I'm pretty sure TiVo has an overlap protection so if shows overlap by 5 minutes or less then TiVo records the higher-priority one (based on Season Pass Manager) for the entire time and clips the lower-priority one. I would think you'd be able to add padding to catch the end of certain shows so it'd clip the beginning of the next show if necessary (usually the "previously on" segment that you wouldn't miss much)


----------



## mattack (Apr 9, 2001)

Worf said:


> Discovery Channel has gotten a new habit - they start a show on time (e.g., 00 or 30), and it ends on time (also on 00 or 30). They put in maybe a 10 second station ad in-between the show, and the commercials that would've gone between shows are added to the breaks. This almost always guarantees either a shopped beginning or a chopped ending - and any time skew means it's random.

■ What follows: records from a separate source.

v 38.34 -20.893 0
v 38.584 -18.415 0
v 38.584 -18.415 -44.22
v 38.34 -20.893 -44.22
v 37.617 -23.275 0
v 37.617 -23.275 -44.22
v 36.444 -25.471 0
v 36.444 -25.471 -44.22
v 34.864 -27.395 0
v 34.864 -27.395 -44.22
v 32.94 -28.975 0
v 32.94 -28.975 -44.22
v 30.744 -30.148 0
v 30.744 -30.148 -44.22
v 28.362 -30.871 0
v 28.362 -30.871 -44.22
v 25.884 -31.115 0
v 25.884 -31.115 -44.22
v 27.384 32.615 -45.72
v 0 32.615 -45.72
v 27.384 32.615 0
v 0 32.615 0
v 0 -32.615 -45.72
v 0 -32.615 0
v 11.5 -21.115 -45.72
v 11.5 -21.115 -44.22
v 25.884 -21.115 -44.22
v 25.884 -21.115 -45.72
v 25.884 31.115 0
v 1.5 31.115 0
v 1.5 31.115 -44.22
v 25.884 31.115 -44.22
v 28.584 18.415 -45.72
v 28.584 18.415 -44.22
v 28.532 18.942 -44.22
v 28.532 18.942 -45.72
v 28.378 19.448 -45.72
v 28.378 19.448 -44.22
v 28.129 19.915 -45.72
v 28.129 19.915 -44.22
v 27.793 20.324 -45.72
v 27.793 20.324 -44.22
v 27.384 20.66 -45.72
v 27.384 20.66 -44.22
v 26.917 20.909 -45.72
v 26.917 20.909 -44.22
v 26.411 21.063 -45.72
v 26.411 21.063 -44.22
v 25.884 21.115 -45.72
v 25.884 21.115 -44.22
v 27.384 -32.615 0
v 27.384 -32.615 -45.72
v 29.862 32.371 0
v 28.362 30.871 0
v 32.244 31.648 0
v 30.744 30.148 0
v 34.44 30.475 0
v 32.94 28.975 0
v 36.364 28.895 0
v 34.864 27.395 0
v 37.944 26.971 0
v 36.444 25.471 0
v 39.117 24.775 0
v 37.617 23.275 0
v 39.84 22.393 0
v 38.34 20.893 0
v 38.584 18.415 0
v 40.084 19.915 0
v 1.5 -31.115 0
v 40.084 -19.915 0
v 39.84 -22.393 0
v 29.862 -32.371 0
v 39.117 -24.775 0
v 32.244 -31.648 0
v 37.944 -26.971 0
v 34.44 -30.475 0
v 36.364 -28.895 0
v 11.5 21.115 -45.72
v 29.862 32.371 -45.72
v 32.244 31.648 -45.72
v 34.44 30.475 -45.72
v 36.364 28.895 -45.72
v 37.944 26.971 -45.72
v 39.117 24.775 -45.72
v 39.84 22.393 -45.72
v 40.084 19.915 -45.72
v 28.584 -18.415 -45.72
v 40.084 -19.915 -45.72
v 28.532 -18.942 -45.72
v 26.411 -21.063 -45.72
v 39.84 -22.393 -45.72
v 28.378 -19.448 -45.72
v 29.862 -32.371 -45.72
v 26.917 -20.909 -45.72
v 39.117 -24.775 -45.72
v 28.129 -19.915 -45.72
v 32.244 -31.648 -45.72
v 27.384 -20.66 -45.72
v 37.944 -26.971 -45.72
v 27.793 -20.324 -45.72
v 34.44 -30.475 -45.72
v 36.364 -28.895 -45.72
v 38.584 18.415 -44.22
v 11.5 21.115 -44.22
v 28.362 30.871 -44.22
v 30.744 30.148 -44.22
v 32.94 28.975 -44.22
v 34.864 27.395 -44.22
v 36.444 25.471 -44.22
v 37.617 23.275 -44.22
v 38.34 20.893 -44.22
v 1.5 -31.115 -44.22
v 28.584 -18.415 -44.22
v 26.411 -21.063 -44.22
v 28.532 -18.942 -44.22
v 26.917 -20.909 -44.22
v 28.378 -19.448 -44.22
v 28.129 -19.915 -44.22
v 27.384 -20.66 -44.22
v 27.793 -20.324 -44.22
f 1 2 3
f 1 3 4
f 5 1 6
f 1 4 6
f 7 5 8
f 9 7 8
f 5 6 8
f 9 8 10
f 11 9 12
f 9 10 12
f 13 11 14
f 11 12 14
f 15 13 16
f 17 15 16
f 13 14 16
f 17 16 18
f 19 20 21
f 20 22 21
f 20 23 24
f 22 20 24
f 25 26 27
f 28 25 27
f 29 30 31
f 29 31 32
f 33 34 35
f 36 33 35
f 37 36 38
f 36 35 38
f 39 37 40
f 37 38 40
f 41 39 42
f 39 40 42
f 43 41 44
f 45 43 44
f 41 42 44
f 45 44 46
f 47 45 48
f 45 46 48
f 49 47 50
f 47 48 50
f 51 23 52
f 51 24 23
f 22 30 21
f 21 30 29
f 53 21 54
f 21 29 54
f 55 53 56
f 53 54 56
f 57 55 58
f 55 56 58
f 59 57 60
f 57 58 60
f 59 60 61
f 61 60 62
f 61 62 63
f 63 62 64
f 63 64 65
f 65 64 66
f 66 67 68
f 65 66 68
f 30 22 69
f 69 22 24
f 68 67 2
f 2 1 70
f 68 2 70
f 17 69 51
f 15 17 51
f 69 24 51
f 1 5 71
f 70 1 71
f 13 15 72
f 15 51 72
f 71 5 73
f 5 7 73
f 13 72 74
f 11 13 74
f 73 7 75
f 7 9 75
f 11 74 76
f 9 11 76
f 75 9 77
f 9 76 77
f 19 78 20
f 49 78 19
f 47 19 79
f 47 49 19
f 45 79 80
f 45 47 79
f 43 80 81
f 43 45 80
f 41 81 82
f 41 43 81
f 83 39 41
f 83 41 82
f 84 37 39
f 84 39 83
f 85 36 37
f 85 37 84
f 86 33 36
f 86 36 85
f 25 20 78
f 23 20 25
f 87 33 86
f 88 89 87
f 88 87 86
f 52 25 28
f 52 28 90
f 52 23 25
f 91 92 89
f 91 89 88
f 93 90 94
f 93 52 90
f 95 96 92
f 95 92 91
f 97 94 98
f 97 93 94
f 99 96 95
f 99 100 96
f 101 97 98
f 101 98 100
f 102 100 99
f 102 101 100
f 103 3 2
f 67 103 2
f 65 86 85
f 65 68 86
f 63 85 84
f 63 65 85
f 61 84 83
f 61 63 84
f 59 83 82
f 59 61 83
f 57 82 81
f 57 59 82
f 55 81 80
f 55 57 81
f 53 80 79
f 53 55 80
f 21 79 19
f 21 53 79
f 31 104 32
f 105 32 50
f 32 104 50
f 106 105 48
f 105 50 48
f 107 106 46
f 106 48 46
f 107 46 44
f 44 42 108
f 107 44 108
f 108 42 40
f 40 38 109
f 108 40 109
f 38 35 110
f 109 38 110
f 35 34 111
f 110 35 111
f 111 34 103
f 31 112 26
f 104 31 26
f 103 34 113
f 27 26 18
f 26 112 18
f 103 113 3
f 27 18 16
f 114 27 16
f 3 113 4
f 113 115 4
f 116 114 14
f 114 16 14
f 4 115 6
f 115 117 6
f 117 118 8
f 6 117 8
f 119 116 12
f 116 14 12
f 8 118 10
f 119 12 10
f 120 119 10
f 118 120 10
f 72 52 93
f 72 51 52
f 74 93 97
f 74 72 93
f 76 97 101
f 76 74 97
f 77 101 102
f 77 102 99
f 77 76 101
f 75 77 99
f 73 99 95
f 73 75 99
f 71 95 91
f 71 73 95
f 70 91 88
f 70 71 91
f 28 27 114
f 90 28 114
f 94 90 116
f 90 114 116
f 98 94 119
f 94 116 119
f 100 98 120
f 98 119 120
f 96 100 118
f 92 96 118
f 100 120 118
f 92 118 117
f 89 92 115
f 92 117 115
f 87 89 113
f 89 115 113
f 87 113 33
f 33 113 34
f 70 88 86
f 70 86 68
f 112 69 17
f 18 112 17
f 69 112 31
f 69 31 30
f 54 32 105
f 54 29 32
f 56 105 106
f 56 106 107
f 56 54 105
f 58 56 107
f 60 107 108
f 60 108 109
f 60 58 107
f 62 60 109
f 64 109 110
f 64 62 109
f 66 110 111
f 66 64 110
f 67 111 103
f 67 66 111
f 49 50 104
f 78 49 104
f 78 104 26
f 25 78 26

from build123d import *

# Parameters (mm, degrees)
F0_W     = 40.084
F0_H     = 45.72
F1_DEPTH = 32.615
F2_T     = -1.5
F3_R     = 12.7
F5_DEPTH = 25.4


with BuildPart() as f1:
    # F0 (on Front) → F1 (new body, symmetric)
    with BuildSketch(Plane.XZ):
        with Locations((20.042, -22.86)):
            Rectangle(F0_W, F0_H)
    extrude(amount=F1_DEPTH, both=True)

    # F2
    f2_openings = [f1.faces().sort_by_distance(p)[0] for p in [
        (20.042, 0, 0),
    ]]
    offset(amount=F2_T, openings=f2_openings)

    # F3
    f3_edges = [f1.edges().sort_by_distance(p)[0] for p in [
        (38.584, 31.115, -22.11),
        (38.584, -31.115, -22.11),
        (40.084, -32.615, -22.86),
        (40.084, 32.615, -22.86),
    ]]
    fillet(f3_edges, radius=F3_R)

    # F4 (on face) → F5 (cut)
    with BuildSketch(Plane.XY.offset(-44.22)):
        with BuildLine():
            Line((11.5, -21.115), (25.884, -21.115))
            ThreePointArc((25.884, -21.115), (27.7931883092, -20.3241883092), (28.584, -18.415))
            Line((28.584, -18.415), (28.584, 18.415))
            ThreePointArc((28.584, 18.415), (27.7931883092, 20.3241883092), (25.884, 21.115))
            Line((25.884, 21.115), (11.5, 21.115))
            Line((11.5, 21.115), (11.5, -21.115))
        make_face()
    extrude(amount=-F5_DEPTH, mode=Mode.SUBTRACT)


solid = f1.part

Huh? That's not a new habit, and I mentioned Discovery in my reply above. They are NOT ending on time. Add 1 minute end pad to Discovery shows, and you'll get the full thing recorded.


----------



## Worf (Sep 15, 2000)

By Discovery, I meant Discovery Canada. They end on time and start on time. Except, they literally end and start on time. The show will start at XX:00:00, and end at XX:29:59, with the next show starting at XX:30:00. (Well, a few seconds either way - they do a 5-10 second "You're watching Discovery Channel" thing in-between). Most stations put 3-4 ads in-between shows. 

I don't know about Discovery US - we don't get that.

Of course, a little skew in time between the station, the cable digital encoders, your TiVo, etc., and it all goes to heck.


----------



## Stormydog (Oct 13, 2010)

I get the idea now. It is useless to comlain to the networks. I can see clearly now.

My frustration is when I have two shows back to back, different channels. If you accept the later stop time, it cancels the second show. You can pad start and end times, but it is very involved to try and track every show and pad certain ones. Sometimes there is only one showing and have to accept later stop time and next show has other showings that conflict with other shows recordings.

My tv viewing is 99.9% of recorded shows, hardly never watch a live tv show. if I can I will record it and watch something else. I just get aggravated with this which I see is what the networks want. 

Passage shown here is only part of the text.